Supplied data Block Start

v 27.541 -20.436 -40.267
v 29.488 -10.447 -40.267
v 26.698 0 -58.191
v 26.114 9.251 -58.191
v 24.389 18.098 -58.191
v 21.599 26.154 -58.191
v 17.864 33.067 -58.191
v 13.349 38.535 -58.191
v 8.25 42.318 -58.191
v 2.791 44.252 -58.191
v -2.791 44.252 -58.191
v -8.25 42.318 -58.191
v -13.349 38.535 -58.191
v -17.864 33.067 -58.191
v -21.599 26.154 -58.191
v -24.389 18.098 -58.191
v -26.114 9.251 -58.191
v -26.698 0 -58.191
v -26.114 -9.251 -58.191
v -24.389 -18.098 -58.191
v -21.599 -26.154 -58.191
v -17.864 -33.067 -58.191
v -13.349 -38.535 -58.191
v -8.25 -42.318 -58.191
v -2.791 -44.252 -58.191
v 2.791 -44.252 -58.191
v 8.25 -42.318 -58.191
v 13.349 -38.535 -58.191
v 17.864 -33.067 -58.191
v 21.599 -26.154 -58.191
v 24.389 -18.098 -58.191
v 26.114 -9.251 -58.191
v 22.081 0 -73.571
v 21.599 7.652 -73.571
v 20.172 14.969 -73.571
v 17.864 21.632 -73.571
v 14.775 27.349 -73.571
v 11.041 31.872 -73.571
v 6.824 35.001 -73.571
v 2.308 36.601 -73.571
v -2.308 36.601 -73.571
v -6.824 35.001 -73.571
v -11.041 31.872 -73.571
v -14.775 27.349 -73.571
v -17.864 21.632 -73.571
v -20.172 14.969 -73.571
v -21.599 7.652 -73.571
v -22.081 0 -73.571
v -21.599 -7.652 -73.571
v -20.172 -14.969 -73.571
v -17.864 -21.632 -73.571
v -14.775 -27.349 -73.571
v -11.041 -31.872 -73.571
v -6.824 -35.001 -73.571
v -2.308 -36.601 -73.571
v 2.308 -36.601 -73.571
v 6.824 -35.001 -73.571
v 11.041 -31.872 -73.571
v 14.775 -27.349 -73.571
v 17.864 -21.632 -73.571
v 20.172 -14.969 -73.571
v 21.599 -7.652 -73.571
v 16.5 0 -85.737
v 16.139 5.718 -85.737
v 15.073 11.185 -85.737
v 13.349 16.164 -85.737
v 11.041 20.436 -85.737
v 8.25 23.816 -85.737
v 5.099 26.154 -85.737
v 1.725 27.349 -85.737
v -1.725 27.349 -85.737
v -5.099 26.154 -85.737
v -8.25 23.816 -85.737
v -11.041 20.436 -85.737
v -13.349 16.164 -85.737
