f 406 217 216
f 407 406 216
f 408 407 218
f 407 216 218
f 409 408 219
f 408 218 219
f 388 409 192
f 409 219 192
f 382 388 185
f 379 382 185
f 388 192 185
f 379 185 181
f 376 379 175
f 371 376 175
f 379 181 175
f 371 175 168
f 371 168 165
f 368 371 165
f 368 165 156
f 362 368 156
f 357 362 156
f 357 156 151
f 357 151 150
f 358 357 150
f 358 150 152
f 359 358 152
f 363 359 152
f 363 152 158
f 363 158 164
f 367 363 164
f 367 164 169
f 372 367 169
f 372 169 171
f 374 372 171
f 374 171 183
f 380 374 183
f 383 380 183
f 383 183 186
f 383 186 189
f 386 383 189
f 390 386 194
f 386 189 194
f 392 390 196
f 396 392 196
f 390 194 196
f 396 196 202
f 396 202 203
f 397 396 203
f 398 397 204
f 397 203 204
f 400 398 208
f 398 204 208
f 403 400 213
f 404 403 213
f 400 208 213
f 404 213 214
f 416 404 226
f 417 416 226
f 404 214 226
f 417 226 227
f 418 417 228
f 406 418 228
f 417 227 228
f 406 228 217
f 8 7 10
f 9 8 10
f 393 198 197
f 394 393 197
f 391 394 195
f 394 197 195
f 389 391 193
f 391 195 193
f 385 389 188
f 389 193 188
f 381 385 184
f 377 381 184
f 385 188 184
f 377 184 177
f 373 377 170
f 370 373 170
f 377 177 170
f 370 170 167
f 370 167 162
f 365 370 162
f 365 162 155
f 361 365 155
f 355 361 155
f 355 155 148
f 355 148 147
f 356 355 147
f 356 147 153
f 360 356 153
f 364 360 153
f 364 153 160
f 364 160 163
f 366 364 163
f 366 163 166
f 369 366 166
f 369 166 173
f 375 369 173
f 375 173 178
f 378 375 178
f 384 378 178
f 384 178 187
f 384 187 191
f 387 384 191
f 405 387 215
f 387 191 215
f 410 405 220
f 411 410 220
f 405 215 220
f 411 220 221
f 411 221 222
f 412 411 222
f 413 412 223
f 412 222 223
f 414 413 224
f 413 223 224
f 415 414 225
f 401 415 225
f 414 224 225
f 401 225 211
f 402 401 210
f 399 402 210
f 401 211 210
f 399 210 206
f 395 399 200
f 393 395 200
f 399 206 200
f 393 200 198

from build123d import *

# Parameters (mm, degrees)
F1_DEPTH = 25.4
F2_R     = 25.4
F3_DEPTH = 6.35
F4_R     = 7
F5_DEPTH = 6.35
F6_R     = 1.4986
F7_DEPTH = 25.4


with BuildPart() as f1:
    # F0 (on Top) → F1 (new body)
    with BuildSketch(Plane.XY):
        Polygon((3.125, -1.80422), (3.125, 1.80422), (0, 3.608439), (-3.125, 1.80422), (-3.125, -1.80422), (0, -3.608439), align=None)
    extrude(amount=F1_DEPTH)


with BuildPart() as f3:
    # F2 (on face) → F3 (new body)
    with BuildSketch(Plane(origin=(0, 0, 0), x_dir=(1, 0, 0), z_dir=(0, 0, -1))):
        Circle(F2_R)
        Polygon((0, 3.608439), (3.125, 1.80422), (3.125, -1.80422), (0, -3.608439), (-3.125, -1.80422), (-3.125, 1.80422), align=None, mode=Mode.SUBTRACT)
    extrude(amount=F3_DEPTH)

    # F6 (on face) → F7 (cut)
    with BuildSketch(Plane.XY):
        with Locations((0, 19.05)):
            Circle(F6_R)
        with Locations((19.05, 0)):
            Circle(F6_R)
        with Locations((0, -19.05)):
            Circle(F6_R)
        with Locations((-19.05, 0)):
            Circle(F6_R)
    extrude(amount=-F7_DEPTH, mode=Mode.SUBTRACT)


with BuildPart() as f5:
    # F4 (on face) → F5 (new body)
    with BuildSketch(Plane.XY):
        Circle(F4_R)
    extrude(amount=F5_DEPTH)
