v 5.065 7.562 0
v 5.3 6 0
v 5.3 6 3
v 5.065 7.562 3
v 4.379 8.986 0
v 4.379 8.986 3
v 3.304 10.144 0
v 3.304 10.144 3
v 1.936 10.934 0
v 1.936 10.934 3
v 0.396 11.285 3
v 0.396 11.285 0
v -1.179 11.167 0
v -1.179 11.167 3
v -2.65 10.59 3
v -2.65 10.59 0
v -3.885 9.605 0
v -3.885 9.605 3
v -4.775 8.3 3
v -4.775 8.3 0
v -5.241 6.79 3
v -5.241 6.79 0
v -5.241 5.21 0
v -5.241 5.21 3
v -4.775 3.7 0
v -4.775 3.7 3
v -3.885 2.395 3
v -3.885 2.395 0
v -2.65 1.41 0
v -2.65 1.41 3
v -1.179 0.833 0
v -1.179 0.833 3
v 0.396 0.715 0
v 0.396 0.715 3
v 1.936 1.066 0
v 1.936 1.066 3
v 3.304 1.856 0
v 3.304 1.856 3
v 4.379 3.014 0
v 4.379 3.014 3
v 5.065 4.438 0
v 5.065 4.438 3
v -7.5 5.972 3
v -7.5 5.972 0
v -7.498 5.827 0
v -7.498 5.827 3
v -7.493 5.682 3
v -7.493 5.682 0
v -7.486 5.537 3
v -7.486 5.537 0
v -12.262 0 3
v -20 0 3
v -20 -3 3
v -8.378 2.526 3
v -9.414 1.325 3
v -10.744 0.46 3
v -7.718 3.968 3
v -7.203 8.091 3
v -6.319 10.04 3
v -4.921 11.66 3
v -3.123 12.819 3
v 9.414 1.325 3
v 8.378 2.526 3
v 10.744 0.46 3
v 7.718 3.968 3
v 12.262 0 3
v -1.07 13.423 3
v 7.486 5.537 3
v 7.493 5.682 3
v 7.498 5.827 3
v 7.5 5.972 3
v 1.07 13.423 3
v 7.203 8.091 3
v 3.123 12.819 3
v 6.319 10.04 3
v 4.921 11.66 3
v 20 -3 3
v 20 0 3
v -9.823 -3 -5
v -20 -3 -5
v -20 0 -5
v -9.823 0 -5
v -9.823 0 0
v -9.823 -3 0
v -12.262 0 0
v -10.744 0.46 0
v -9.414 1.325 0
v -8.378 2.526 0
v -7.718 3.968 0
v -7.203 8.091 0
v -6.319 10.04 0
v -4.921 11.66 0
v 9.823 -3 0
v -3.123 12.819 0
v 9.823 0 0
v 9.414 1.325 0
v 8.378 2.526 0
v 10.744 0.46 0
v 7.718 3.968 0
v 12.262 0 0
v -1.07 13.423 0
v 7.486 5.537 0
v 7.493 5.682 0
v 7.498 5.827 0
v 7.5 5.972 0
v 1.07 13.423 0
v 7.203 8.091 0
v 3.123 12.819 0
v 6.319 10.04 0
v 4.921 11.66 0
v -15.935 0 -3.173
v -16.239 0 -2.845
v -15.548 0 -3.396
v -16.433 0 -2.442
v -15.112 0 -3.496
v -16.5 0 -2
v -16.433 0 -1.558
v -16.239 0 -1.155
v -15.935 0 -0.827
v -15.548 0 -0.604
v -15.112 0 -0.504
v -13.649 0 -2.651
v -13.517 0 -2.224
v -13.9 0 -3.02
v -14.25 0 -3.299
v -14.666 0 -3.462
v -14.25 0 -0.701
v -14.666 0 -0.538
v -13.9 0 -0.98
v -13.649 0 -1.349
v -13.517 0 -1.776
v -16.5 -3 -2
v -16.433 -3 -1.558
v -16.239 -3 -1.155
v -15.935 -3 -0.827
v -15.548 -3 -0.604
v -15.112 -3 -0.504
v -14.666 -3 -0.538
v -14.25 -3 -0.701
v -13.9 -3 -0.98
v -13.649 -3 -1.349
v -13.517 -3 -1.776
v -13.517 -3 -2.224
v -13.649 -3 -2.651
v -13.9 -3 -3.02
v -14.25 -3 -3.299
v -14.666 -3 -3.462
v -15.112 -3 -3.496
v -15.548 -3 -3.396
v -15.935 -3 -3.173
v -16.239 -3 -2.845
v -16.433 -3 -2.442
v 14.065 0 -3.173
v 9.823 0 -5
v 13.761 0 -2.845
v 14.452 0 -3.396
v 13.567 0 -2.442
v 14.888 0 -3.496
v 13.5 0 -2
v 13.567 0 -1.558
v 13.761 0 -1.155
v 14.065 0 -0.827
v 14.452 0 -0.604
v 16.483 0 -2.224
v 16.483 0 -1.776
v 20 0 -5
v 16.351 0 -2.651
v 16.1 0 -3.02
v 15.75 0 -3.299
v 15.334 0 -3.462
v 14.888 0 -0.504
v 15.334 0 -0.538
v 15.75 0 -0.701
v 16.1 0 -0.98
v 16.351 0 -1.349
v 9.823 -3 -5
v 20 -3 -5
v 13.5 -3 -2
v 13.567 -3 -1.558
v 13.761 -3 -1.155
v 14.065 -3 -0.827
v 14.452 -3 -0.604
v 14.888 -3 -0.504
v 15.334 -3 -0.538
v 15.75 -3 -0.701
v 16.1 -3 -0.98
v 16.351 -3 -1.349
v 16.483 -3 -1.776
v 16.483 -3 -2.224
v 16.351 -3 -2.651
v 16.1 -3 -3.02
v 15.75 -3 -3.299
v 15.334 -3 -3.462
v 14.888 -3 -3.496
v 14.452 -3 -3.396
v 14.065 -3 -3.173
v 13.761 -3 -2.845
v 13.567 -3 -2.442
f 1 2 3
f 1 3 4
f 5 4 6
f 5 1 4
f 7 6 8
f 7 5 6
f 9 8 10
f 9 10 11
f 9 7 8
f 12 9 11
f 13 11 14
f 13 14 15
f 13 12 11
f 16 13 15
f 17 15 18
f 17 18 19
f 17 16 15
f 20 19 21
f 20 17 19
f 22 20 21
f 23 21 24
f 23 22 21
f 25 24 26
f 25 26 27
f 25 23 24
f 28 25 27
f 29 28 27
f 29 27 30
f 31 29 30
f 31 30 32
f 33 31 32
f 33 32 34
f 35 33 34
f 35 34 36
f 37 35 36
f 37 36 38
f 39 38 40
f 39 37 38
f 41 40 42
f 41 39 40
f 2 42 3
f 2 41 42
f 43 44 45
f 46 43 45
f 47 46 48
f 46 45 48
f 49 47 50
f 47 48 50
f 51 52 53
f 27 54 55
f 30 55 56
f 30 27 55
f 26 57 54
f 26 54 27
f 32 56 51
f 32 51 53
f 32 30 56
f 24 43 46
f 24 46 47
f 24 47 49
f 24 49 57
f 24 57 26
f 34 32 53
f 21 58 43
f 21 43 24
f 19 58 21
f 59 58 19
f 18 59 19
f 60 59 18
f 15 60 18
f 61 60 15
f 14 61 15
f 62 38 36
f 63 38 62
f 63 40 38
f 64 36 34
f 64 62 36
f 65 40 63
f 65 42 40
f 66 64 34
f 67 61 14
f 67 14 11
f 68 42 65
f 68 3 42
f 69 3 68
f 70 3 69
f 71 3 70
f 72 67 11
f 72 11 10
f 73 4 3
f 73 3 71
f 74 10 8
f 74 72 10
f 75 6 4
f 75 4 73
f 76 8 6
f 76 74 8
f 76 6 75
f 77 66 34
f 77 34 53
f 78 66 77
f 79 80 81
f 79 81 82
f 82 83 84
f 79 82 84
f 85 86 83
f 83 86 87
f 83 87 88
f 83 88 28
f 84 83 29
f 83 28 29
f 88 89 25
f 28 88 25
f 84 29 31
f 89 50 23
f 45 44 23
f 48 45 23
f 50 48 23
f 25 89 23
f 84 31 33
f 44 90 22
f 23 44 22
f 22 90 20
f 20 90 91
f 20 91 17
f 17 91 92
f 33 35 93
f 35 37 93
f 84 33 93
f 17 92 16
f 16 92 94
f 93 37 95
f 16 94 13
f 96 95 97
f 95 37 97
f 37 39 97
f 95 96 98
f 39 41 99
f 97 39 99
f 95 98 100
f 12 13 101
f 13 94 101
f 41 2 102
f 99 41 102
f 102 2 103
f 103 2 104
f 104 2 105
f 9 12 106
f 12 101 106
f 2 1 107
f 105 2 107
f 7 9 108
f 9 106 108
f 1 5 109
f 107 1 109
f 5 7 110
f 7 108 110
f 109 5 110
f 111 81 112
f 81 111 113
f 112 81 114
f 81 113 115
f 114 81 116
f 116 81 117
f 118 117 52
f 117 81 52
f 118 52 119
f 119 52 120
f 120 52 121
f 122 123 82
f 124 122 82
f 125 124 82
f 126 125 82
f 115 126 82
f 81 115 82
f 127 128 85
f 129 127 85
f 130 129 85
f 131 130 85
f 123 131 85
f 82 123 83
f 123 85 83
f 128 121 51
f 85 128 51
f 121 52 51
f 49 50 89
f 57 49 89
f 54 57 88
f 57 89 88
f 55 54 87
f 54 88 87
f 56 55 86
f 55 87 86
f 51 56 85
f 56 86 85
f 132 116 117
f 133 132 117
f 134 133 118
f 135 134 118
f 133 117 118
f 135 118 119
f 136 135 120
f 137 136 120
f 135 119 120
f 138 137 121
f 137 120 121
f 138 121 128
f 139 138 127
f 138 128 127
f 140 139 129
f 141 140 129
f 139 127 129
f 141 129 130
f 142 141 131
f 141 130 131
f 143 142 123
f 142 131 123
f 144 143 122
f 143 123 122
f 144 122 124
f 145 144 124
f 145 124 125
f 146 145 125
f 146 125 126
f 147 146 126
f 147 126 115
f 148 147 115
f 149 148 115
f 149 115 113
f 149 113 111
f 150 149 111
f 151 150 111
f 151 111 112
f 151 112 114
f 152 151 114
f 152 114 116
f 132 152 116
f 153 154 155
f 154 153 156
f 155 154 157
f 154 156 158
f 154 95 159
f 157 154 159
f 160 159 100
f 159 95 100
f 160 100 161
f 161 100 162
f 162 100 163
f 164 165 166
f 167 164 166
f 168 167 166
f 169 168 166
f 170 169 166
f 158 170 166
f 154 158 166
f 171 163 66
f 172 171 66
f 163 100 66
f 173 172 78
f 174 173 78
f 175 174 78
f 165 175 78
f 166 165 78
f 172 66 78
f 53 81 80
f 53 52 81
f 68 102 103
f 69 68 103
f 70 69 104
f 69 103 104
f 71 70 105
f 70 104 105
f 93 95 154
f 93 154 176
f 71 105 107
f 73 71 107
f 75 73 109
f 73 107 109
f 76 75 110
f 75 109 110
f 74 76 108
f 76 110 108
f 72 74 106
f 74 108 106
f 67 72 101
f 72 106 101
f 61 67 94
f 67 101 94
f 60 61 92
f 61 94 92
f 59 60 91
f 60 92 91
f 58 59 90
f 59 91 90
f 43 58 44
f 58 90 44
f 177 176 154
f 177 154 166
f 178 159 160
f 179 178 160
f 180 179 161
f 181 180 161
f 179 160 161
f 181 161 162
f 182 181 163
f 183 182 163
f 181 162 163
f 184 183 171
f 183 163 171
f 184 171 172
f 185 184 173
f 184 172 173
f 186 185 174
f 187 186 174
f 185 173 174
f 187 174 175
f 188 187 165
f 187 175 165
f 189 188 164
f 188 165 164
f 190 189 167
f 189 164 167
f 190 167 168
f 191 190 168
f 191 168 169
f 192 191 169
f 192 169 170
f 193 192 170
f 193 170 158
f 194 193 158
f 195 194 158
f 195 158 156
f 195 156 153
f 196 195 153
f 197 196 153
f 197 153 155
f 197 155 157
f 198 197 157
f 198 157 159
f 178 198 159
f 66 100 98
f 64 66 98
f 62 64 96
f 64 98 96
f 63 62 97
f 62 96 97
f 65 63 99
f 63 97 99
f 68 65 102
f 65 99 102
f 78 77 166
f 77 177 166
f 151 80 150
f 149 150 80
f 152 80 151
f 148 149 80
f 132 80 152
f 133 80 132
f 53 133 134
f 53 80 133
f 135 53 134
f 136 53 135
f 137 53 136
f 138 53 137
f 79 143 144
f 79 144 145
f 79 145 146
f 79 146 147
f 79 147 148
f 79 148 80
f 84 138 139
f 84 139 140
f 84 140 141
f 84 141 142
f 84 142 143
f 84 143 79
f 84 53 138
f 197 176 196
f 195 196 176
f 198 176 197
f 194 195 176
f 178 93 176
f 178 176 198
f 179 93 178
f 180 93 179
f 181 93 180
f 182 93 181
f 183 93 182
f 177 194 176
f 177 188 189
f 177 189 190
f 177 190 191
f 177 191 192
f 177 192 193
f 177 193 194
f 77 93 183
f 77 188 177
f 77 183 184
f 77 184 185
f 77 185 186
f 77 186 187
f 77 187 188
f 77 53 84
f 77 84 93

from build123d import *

# Parameters (mm, degrees)
F0_R     = 5.3
F1_DEPTH = 3
F2_W     = 10.177304
F2_H     = 3
F3_DEPTH = 5
F4_R     = 1.5
F5_DEPTH = 5


with BuildPart() as f1:
    # F0 (on Top) → F1 (new body)
    with BuildSketch(Plane.XY):
        with BuildLine():
            Line((-12.261554, 0), (-20, 0))
            Line((-20, 0), (-20, -3))
            Line((-20, -3), (0, -3))
            Line((0, -3), (20, -3))
            Line((20, -3), (20, 0))
            Line((20, 0), (12.261554, 0))
            ThreePointArc((12.261554, 0), (8.853776, 1.888736), (7.485685, 5.536832))
            ThreePointArc((7.485685, 5.536832), (7.488618, 5.754393), (7.499947, 5.971679))
            ThreePointArc((7.499947, 5.971679), (0, 13.5), (-7.499947, 5.971679))
            ThreePointArc((-7.499947, 5.971679), (-7.488618, 5.754393), (-7.485685, 5.536832))
            ThreePointArc((-7.485685, 5.536832), (-8.853776, 1.888736), (-12.261554, 0))
        make_face()
        with Locations((0, 6)):
            Circle(F0_R, mode=Mode.SUBTRACT)
        with BuildLine():
            ThreePointArc((-7.499947, 5.971679), (-7.495969, 5.754152), (-7.485685, 5.536832))
            ThreePointArc((-7.485685, 5.536832), (-7.488618, 5.754393), (-7.499947, 5.971679))
        make_face()
        with BuildLine():
            ThreePointArc((7.485685, 5.536832), (7.495969, 5.754152), (7.499947, 5.971679))
            ThreePointArc((7.499947, 5.971679), (7.488618, 5.754393), (7.485685, 5.536832))
        make_face()
    extrude(amount=F1_DEPTH)

    # F2 (on face) → F3 (join)
    with BuildSketch(Plane(origin=(0, 0, 0), x_dir=(1, 0, 0), z_dir=(0, 0, -1))):
        with Locations((-14.911348, 1.5)):
            Rectangle(F2_W, F2_H)
        with Locations((14.911348, 1.5)):
            Rectangle(F2_W, F2_H)
    extrude(amount=F3_DEPTH)

    # F4 (on face) → F5 (cut)
    with BuildSketch(Plane(origin=(0, 0, 0), x_dir=(-1, 0, 0), z_dir=(0, 1, 0))):
        with Locations((-15, -2)):
            Circle(F4_R)
        with Locations((15, -2)):
            Circle(F4_R)
    extrude(amount=-F5_DEPTH, mode=Mode.SUBTRACT)


solid = f1.part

Supplied data Block End

• [What to produce]:
From the entries, copy out each line containing the word "Polygon".

• [Response box]:
        Polygon((3.125, -1.80422), (3.125, 1.80422), (0, 3.608439), (-3.125, 1.80422), (-3.125, -1.80422), (0, -3.608439), align=None)
        Polygon((0, 3.608439), (3.125, 1.80422), (3.125, -1.80422), (0, -3.608439), (-3.125, -1.80422), (-3.125, 1.80422), align=None, mode=Mode.SUBTRACT)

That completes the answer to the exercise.